Look through the records below for the line holding "v 13 -5.702 6.05". Write it out exactly, with each following line through the line holding "v 13 -6.4 5.206".

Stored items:
>>>
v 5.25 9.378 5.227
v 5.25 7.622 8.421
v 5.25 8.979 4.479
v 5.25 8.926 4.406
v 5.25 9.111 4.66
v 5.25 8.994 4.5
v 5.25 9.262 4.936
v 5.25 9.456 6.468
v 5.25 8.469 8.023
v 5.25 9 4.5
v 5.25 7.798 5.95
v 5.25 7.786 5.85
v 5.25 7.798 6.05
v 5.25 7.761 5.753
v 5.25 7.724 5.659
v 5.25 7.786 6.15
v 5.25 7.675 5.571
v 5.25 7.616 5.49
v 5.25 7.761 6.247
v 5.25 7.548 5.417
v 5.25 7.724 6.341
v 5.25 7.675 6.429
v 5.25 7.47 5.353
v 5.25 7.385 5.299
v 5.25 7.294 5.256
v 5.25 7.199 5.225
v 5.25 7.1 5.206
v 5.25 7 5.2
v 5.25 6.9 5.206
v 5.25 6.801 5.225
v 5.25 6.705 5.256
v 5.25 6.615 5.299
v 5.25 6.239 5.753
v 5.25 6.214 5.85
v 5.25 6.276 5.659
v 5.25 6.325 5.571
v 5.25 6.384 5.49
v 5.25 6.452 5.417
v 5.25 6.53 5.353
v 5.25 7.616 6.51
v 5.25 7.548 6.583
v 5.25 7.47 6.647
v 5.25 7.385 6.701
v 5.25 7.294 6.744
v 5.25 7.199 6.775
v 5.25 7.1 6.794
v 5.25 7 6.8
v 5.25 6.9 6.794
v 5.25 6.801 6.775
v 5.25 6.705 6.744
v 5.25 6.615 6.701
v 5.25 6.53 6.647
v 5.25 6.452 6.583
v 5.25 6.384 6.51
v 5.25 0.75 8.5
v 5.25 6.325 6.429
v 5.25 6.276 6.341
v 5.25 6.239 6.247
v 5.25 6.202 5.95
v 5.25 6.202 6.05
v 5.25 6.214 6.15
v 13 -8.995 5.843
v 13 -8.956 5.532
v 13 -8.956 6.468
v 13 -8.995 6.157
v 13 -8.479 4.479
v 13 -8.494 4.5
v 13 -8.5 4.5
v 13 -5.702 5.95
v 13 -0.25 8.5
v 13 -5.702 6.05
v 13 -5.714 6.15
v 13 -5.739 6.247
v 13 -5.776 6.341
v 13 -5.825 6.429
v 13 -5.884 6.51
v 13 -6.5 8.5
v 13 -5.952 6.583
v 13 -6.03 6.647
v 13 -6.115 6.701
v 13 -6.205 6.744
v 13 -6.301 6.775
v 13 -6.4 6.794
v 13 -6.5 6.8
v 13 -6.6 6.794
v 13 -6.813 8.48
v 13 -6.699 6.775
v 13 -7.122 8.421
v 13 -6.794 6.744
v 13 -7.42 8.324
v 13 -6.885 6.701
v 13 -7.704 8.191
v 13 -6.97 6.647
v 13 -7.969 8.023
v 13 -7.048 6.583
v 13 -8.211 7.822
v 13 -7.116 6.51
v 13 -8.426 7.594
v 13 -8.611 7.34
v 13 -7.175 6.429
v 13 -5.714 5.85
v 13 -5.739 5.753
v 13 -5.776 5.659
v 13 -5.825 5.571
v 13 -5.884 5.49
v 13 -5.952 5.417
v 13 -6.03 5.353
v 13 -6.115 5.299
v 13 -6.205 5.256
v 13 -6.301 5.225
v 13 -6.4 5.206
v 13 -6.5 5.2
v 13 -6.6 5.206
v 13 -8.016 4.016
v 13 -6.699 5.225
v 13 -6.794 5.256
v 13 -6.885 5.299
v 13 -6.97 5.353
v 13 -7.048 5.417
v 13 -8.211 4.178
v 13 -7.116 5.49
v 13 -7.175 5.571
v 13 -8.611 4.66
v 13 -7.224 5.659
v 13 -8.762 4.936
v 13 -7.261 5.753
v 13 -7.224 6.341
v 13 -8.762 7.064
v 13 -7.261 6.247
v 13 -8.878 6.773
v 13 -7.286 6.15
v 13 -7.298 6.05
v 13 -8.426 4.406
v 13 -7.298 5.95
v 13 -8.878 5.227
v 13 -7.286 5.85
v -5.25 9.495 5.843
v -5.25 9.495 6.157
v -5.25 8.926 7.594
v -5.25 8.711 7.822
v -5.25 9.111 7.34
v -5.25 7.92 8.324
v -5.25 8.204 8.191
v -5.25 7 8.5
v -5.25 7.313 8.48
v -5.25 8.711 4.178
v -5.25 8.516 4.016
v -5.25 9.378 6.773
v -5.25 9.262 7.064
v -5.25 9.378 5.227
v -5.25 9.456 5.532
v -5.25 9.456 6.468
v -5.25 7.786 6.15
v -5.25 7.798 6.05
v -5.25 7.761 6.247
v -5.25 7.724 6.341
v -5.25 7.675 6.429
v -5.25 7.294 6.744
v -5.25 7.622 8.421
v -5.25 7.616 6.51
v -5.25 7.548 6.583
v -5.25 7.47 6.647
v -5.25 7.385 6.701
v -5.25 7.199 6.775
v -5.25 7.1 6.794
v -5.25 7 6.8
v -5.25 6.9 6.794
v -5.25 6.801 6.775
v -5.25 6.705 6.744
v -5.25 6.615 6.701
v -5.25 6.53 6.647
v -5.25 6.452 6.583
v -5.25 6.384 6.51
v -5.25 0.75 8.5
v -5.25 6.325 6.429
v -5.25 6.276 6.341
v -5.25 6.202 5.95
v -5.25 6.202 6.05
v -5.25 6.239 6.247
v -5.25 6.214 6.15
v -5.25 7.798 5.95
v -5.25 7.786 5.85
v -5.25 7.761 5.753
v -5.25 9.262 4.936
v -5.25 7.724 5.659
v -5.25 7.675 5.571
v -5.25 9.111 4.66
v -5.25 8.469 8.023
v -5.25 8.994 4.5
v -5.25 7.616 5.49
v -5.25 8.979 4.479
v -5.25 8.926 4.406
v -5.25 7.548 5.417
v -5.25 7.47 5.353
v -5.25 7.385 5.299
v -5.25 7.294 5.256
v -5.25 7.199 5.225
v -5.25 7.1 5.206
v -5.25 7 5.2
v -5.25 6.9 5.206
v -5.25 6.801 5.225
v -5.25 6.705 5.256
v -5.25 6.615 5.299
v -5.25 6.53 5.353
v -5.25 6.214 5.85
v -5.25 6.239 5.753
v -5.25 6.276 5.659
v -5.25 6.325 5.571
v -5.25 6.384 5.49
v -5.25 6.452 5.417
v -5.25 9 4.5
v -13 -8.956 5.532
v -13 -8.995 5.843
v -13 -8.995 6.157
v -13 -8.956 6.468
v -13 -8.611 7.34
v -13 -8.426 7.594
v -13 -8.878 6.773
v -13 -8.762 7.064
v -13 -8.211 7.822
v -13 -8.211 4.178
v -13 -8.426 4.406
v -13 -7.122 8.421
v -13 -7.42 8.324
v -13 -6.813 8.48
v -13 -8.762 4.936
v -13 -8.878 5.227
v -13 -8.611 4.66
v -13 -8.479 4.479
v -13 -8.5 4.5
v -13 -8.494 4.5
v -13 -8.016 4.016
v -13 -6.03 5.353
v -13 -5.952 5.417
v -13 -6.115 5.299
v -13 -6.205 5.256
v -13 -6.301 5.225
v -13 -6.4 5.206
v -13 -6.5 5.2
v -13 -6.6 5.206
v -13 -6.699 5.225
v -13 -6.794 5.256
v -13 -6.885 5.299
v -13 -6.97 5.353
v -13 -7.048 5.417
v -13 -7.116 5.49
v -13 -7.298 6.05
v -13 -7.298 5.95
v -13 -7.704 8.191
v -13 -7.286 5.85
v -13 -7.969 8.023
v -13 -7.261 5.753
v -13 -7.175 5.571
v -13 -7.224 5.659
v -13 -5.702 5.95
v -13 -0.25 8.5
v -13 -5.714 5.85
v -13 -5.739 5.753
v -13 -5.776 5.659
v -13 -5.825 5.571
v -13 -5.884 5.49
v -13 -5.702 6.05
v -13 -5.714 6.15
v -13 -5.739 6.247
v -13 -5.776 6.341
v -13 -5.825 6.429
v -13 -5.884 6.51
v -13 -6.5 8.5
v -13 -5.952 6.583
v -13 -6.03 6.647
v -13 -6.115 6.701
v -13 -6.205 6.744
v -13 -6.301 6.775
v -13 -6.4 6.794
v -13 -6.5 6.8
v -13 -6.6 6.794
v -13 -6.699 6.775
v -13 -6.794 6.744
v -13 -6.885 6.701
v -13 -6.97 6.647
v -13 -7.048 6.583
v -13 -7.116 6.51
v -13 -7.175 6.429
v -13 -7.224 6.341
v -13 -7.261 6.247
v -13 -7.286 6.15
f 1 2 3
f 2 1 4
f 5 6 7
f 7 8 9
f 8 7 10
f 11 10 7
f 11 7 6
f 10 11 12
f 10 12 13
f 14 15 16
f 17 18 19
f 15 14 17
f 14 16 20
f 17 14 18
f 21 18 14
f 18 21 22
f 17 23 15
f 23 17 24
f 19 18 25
<<<
RESPONSE TO THIS TASK:
v 13 -5.702 6.05
v 13 -5.714 6.15
v 13 -5.739 6.247
v 13 -5.776 6.341
v 13 -5.825 6.429
v 13 -5.884 6.51
v 13 -6.5 8.5
v 13 -5.952 6.583
v 13 -6.03 6.647
v 13 -6.115 6.701
v 13 -6.205 6.744
v 13 -6.301 6.775
v 13 -6.4 6.794
v 13 -6.5 6.8
v 13 -6.6 6.794
v 13 -6.813 8.48
v 13 -6.699 6.775
v 13 -7.122 8.421
v 13 -6.794 6.744
v 13 -7.42 8.324
v 13 -6.885 6.701
v 13 -7.704 8.191
v 13 -6.97 6.647
v 13 -7.969 8.023
v 13 -7.048 6.583
v 13 -8.211 7.822
v 13 -7.116 6.51
v 13 -8.426 7.594
v 13 -8.611 7.34
v 13 -7.175 6.429
v 13 -5.714 5.85
v 13 -5.739 5.753
v 13 -5.776 5.659
v 13 -5.825 5.571
v 13 -5.884 5.49
v 13 -5.952 5.417
v 13 -6.03 5.353
v 13 -6.115 5.299
v 13 -6.205 5.256
v 13 -6.301 5.225
v 13 -6.4 5.206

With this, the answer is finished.